→ WHAT IS NEEDED
Please copy out the records that follow, word for word.

→ SUPPLIED MATERIAL
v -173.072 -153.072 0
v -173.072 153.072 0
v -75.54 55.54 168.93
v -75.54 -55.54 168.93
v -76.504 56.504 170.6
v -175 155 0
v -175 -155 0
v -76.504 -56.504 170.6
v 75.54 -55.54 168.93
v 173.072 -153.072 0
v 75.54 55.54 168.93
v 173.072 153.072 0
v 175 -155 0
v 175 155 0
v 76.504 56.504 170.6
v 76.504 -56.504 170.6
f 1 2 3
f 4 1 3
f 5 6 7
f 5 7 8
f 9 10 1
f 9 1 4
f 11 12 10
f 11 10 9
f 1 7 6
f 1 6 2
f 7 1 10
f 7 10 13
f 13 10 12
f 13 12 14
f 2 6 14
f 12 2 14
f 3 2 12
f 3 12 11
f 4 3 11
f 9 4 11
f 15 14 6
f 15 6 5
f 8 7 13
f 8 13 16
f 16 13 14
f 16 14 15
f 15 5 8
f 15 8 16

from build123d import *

# Parameters (mm, degrees)
SKETCH1_W           = 350
SKETCH1_H           = 310
BOSS_EXTRUDE1_DEPTH = 170.6
BOSS_EXTRUDE1_TAPER = 30
SHELL1_T            = -1.67


with BuildPart() as part:
    # Sketch1 → Boss-Extrude1 (new body)
    with BuildSketch(Plane.XY):
        Rectangle(SKETCH1_W, SKETCH1_H)
    extrude(amount=BOSS_EXTRUDE1_DEPTH, taper=BOSS_EXTRUDE1_TAPER)

    # Shell1
    shell1_openings = [part.faces().sort_by_distance(p)[0] for p in [
        (0, 0, 0),
    ]]
    offset(amount=SHELL1_T, openings=shell1_openings, kind=Kind.INTERSECTION)


solid = part.part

→ TASK SOLUTION
v -173.072 -153.072 0
v -173.072 153.072 0
v -75.54 55.54 168.93
v -75.54 -55.54 168.93
v -76.504 56.504 170.6
v -175 155 0
v -175 -155 0
v -76.504 -56.504 170.6
v 75.54 -55.54 168.93
v 173.072 -153.072 0
v 75.54 55.54 168.93
v 173.072 153.072 0
v 175 -155 0
v 175 155 0
v 76.504 56.504 170.6
v 76.504 -56.504 170.6
f 1 2 3
f 4 1 3
f 5 6 7
f 5 7 8
f 9 10 1
f 9 1 4
f 11 12 10
f 11 10 9
f 1 7 6
f 1 6 2
f 7 1 10
f 7 10 13
f 13 10 12
f 13 12 14
f 2 6 14
f 12 2 14
f 3 2 12
f 3 12 11
f 4 3 11
f 9 4 11
f 15 14 6
f 15 6 5
f 8 7 13
f 8 13 16
f 16 13 14
f 16 14 15
f 15 5 8
f 15 8 16

from build123d import *

# Parameters (mm, degrees)
SKETCH1_W           = 350
SKETCH1_H           = 310
BOSS_EXTRUDE1_DEPTH = 170.6
BOSS_EXTRUDE1_TAPER = 30
SHELL1_T            = -1.67


with BuildPart() as part:
    # Sketch1 → Boss-Extrude1 (new body)
    with BuildSketch(Plane.XY):
        Rectangle(SKETCH1_W, SKETCH1_H)
    extrude(amount=BOSS_EXTRUDE1_DEPTH, taper=BOSS_EXTRUDE1_TAPER)

    # Shell1
    shell1_openings = [part.faces().sort_by_distance(p)[0] for p in [
        (0, 0, 0),
    ]]
    offset(amount=SHELL1_T, openings=shell1_openings, kind=Kind.INTERSECTION)


solid = part.part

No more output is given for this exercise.